Stored data
******************************

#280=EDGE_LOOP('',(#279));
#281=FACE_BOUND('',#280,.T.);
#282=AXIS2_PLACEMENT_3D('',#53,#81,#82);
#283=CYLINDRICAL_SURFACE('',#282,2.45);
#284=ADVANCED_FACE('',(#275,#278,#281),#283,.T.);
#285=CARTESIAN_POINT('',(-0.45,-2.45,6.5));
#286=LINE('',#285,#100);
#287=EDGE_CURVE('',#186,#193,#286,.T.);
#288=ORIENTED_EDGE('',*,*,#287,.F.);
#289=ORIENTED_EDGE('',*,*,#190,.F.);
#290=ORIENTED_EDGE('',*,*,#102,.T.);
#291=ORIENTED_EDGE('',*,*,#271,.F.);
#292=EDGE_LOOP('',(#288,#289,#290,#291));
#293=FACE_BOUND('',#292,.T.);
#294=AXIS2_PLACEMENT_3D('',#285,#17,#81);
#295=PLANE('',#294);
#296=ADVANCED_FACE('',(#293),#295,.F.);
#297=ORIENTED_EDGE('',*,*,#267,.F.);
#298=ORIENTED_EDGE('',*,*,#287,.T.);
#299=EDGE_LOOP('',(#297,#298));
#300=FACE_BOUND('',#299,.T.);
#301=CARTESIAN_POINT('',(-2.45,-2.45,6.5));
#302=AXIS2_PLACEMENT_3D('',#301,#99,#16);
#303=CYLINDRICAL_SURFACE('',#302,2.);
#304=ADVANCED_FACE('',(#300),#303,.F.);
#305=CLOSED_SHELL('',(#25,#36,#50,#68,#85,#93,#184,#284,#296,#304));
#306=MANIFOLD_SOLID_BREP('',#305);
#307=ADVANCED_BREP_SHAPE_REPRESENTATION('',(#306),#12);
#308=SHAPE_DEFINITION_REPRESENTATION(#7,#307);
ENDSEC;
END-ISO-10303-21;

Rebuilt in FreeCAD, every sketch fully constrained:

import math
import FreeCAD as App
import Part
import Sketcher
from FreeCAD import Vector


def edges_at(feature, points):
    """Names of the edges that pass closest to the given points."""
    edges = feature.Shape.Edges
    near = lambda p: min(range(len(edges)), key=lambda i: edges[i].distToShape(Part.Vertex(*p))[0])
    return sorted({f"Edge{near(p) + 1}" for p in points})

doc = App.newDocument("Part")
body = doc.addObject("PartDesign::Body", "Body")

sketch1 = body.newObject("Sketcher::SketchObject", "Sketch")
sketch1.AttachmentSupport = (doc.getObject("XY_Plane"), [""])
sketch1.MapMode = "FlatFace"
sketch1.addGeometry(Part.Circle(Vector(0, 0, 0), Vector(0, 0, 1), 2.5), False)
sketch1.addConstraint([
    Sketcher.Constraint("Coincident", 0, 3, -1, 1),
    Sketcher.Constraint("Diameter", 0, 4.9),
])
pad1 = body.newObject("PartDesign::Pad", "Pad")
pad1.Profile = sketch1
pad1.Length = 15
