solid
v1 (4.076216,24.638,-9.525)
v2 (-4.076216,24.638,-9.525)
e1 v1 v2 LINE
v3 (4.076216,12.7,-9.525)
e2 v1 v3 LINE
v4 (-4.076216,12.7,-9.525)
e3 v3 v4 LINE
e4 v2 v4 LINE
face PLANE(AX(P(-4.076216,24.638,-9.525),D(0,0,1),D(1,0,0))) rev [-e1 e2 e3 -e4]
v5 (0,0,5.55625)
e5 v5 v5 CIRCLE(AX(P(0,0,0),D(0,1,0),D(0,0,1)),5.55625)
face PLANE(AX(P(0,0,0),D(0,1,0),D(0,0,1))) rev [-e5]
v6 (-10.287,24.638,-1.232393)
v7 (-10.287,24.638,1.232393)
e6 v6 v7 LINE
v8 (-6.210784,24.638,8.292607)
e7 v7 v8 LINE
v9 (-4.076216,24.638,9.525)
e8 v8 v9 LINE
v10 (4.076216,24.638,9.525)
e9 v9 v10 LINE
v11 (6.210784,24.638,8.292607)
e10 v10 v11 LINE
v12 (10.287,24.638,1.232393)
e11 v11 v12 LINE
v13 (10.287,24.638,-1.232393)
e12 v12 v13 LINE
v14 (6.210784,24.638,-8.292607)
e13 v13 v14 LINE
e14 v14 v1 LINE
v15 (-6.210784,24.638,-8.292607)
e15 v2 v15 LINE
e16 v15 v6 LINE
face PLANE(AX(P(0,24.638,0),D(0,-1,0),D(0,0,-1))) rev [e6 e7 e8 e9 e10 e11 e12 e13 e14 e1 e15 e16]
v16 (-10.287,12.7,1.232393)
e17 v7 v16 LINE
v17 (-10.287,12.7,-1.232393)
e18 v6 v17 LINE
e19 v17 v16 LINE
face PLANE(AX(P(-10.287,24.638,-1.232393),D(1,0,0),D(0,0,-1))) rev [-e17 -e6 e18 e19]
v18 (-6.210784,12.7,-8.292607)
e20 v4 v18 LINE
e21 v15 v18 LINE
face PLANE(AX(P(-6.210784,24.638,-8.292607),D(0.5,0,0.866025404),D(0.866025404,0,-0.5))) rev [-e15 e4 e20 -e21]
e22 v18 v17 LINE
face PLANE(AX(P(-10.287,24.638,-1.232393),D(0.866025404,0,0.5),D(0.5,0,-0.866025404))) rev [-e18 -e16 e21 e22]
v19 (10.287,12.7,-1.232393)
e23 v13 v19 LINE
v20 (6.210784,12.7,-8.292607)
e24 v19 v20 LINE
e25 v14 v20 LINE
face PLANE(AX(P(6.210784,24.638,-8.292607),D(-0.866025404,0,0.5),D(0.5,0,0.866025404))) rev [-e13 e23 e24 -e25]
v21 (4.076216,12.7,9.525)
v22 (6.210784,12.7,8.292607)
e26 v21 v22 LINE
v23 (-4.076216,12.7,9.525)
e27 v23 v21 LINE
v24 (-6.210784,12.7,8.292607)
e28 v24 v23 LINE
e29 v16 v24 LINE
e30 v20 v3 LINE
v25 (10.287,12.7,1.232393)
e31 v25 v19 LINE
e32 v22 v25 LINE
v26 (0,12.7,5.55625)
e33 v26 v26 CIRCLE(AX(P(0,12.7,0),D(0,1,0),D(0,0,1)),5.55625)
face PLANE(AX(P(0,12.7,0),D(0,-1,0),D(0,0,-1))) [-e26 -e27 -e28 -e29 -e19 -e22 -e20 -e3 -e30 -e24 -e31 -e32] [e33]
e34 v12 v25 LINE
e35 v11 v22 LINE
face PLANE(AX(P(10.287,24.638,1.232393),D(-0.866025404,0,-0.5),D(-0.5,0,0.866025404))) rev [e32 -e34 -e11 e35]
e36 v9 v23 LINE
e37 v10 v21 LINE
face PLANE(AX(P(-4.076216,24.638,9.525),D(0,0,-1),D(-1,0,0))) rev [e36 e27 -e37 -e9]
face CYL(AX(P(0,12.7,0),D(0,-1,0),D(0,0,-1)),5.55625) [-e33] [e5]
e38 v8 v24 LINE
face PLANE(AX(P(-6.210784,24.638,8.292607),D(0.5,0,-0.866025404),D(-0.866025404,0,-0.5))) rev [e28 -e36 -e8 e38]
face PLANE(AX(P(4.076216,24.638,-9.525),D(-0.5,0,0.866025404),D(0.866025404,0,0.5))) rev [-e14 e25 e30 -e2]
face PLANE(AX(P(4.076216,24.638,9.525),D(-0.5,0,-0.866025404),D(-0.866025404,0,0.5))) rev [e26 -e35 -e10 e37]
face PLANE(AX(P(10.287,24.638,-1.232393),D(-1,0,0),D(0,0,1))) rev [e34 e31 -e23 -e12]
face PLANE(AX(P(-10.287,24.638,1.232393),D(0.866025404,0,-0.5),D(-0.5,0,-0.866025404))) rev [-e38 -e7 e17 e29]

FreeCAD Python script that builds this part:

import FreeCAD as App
import Part
import Sketcher

V = App.Vector
Q = App.Units.Quantity


def add_polygon(sketch, points):
    """Adds a closed chain of lines whose ends are joined by coincident constraints."""
    first, n = sketch.GeometryCount, len(points)
    for a, b in zip(points, points[1:] + points[:1]):
        sketch.addGeometry(Part.LineSegment(App.Vector(*a, 0), App.Vector(*b, 0)), False)
    for i in range(n):
        sketch.addConstraint(Sketcher.Constraint("Coincident", first + i, 2, first + (i + 1) % n, 1))

doc = App.newDocument("Part")
body = doc.addObject("PartDesign::Body", "Body")

sketch1 = doc.addObject("Sketcher::SketchObject", "Sketch")
body.addObject(sketch1)
sketch1.AttachmentSupport = (doc.XZ_Plane, [""])
sketch1.MapMode = "FlatFace"
sketch1.addGeometry(Part.Circle(V(0, 0, 0), V(0, 0, 1), 6), False)
sketch1.addConstraint(Sketcher.Constraint("Coincident", 0, 3, -1, 1))
sketch1.addConstraint(Sketcher.Constraint("Diameter", 0, Q("0.4375 in")))
pad1 = doc.addObject("PartDesign::Pad", "Pad")
body.addObject(pad1)
pad1.Profile = sketch1
pad1.Length = Q("0.5 in")
pad1.Reversed = True

sketch2 = doc.addObject("Sketcher::SketchObject", "Sketch001")
body.addObject(sketch2)
sketch2.AttachmentSupport = (doc.XZ_Plane, [""])
sketch2.MapMode = "FlatFace"
sketch2.AttachmentOffset = App.Placement(V(0, 0, -0.5 * 25.4), App.Rotation())
add_polygon(sketch2, [(-10.3, -1.2), (-10.3, 1.2), (-6.2, 8.3), (-4.1, 9.5), (4.1, 9.5), (6.2, 8.3), (10.3, 1.2), (10.3, -1.2), (6.2, -8.3), (4.1, -9.5), (-4.1, -9.5), (-6.2, -8.3)])
sketch2.addConstraint(Sketcher.Constraint("Vertical", 0))
sketch2.addConstraint(Sketcher.Constraint("Horizontal", 3))
sketch2.addConstraint(Sketcher.Constraint("Vertical", 6))
sketch2.addConstraint(Sketcher.Constraint("Horizontal", 9))
sketch2.addConstraint(Sketcher.Constraint("Symmetric", 0, 2, 6, 2, -1, 1))
sketch2.addConstraint(Sketcher.Constraint("Symmetric", 1, 2, 7, 2, -1, 1))
sketch2.addConstraint(Sketcher.Constraint("Symmetric", 2, 2, 8, 2, -1, 1))
sketch2.addConstraint(Sketcher.Constraint("Symmetric", 4, 2, 10, 2, -1, 1))
sketch2.addConstraint(Sketcher.Constraint("Symmetric", 1, 2, 4, 2, -2))
sketch2.addConstraint(Sketcher.Constraint("Perpendicular", 1, 4))
sketch2.addConstraint(Sketcher.Constraint("Perpendicular", 2, 5))
sketch2.addConstraint(Sketcher.Constraint("Perpendicular", 7, 10))
sketch2.addConstraint(Sketcher.Constraint("Perpendicular", 8, 11))
sketch2.addConstraint(Sketcher.Constraint("Horizontal", 0, 2, 5, 2))
sketch2.addConstraint(Sketcher.Constraint("Angle", 1, Q("60 deg")))
sketch2.addConstraint(Sketcher.Constraint("DistanceX", 0, 2, 5, 2, Q("0.81 in")))
sketch2.addConstraint(Sketcher.Constraint("DistanceY", -1, 1, 2, 2, Q("0.375 in")))
sketch2.addConstraint(Sketcher.Constraint("DistanceX", 1, 2, 3, 2, Q("0.405 in")))
sketch2.addConstraint(Sketcher.Constraint("DistanceY", 6, 2, 4, 2, Q("0.375 in")))
pad2 = doc.addObject("PartDesign::Pad", "Pad001")
body.addObject(pad2)
pad2.Profile = sketch2
pad2.Length = Q("0.47 in")
pad2.Reversed = True

doc.recompute()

******************************

**EXERCISE BRIEF:** Out of the entries above, write out only the lines between the line holding "e2 v1 v3 LINE" and the line holding "v26 (0,12.7,5.55625)", inclusive, each exactly as given.

**EXERCISE ANSWER:**
e2 v1 v3 LINE
v4 (-4.076216,12.7,-9.525)
e3 v3 v4 LINE
e4 v2 v4 LINE
face PLANE(AX(P(-4.076216,24.638,-9.525),D(0,0,1),D(1,0,0))) rev [-e1 e2 e3 -e4]
v5 (0,0,5.55625)
e5 v5 v5 CIRCLE(AX(P(0,0,0),D(0,1,0),D(0,0,1)),5.55625)
face PLANE(AX(P(0,0,0),D(0,1,0),D(0,0,1))) rev [-e5]
v6 (-10.287,24.638,-1.232393)
v7 (-10.287,24.638,1.232393)
e6 v6 v7 LINE
v8 (-6.210784,24.638,8.292607)
e7 v7 v8 LINE
v9 (-4.076216,24.638,9.525)
e8 v8 v9 LINE
v10 (4.076216,24.638,9.525)
e9 v9 v10 LINE
v11 (6.210784,24.638,8.292607)
e10 v10 v11 LINE
v12 (10.287,24.638,1.232393)
e11 v11 v12 LINE
v13 (10.287,24.638,-1.232393)
e12 v12 v13 LINE
v14 (6.210784,24.638,-8.292607)
e13 v13 v14 LINE
e14 v14 v1 LINE
v15 (-6.210784,24.638,-8.292607)
e15 v2 v15 LINE
e16 v15 v6 LINE
face PLANE(AX(P(0,24.638,0),D(0,-1,0),D(0,0,-1))) rev [e6 e7 e8 e9 e10 e11 e12 e13 e14 e1 e15 e16]
v16 (-10.287,12.7,1.232393)
e17 v7 v16 LINE
v17 (-10.287,12.7,-1.232393)
e18 v6 v17 LINE
e19 v17 v16 LINE
face PLANE(AX(P(-10.287,24.638,-1.232393),D(1,0,0),D(0,0,-1))) rev [-e17 -e6 e18 e19]
v18 (-6.210784,12.7,-8.292607)
e20 v4 v18 LINE
e21 v15 v18 LINE
face PLANE(AX(P(-6.210784,24.638,-8.292607),D(0.5,0,0.866025404),D(0.866025404,0,-0.5))) rev [-e15 e4 e20 -e21]
e22 v18 v17 LINE
face PLANE(AX(P(-10.287,24.638,-1.232393),D(0.866025404,0,0.5),D(0.5,0,-0.866025404))) rev [-e18 -e16 e21 e22]
v19 (10.287,12.7,-1.232393)
e23 v13 v19 LINE
v20 (6.210784,12.7,-8.292607)
e24 v19 v20 LINE
e25 v14 v20 LINE
face PLANE(AX(P(6.210784,24.638,-8.292607),D(-0.866025404,0,0.5),D(0.5,0,0.866025404))) rev [-e13 e23 e24 -e25]
v21 (4.076216,12.7,9.525)
v22 (6.210784,12.7,8.292607)
e26 v21 v22 LINE
v23 (-4.076216,12.7,9.525)
e27 v23 v21 LINE
v24 (-6.210784,12.7,8.292607)
e28 v24 v23 LINE
e29 v16 v24 LINE
e30 v20 v3 LINE
v25 (10.287,12.7,1.232393)
e31 v25 v19 LINE
e32 v22 v25 LINE
v26 (0,12.7,5.55625)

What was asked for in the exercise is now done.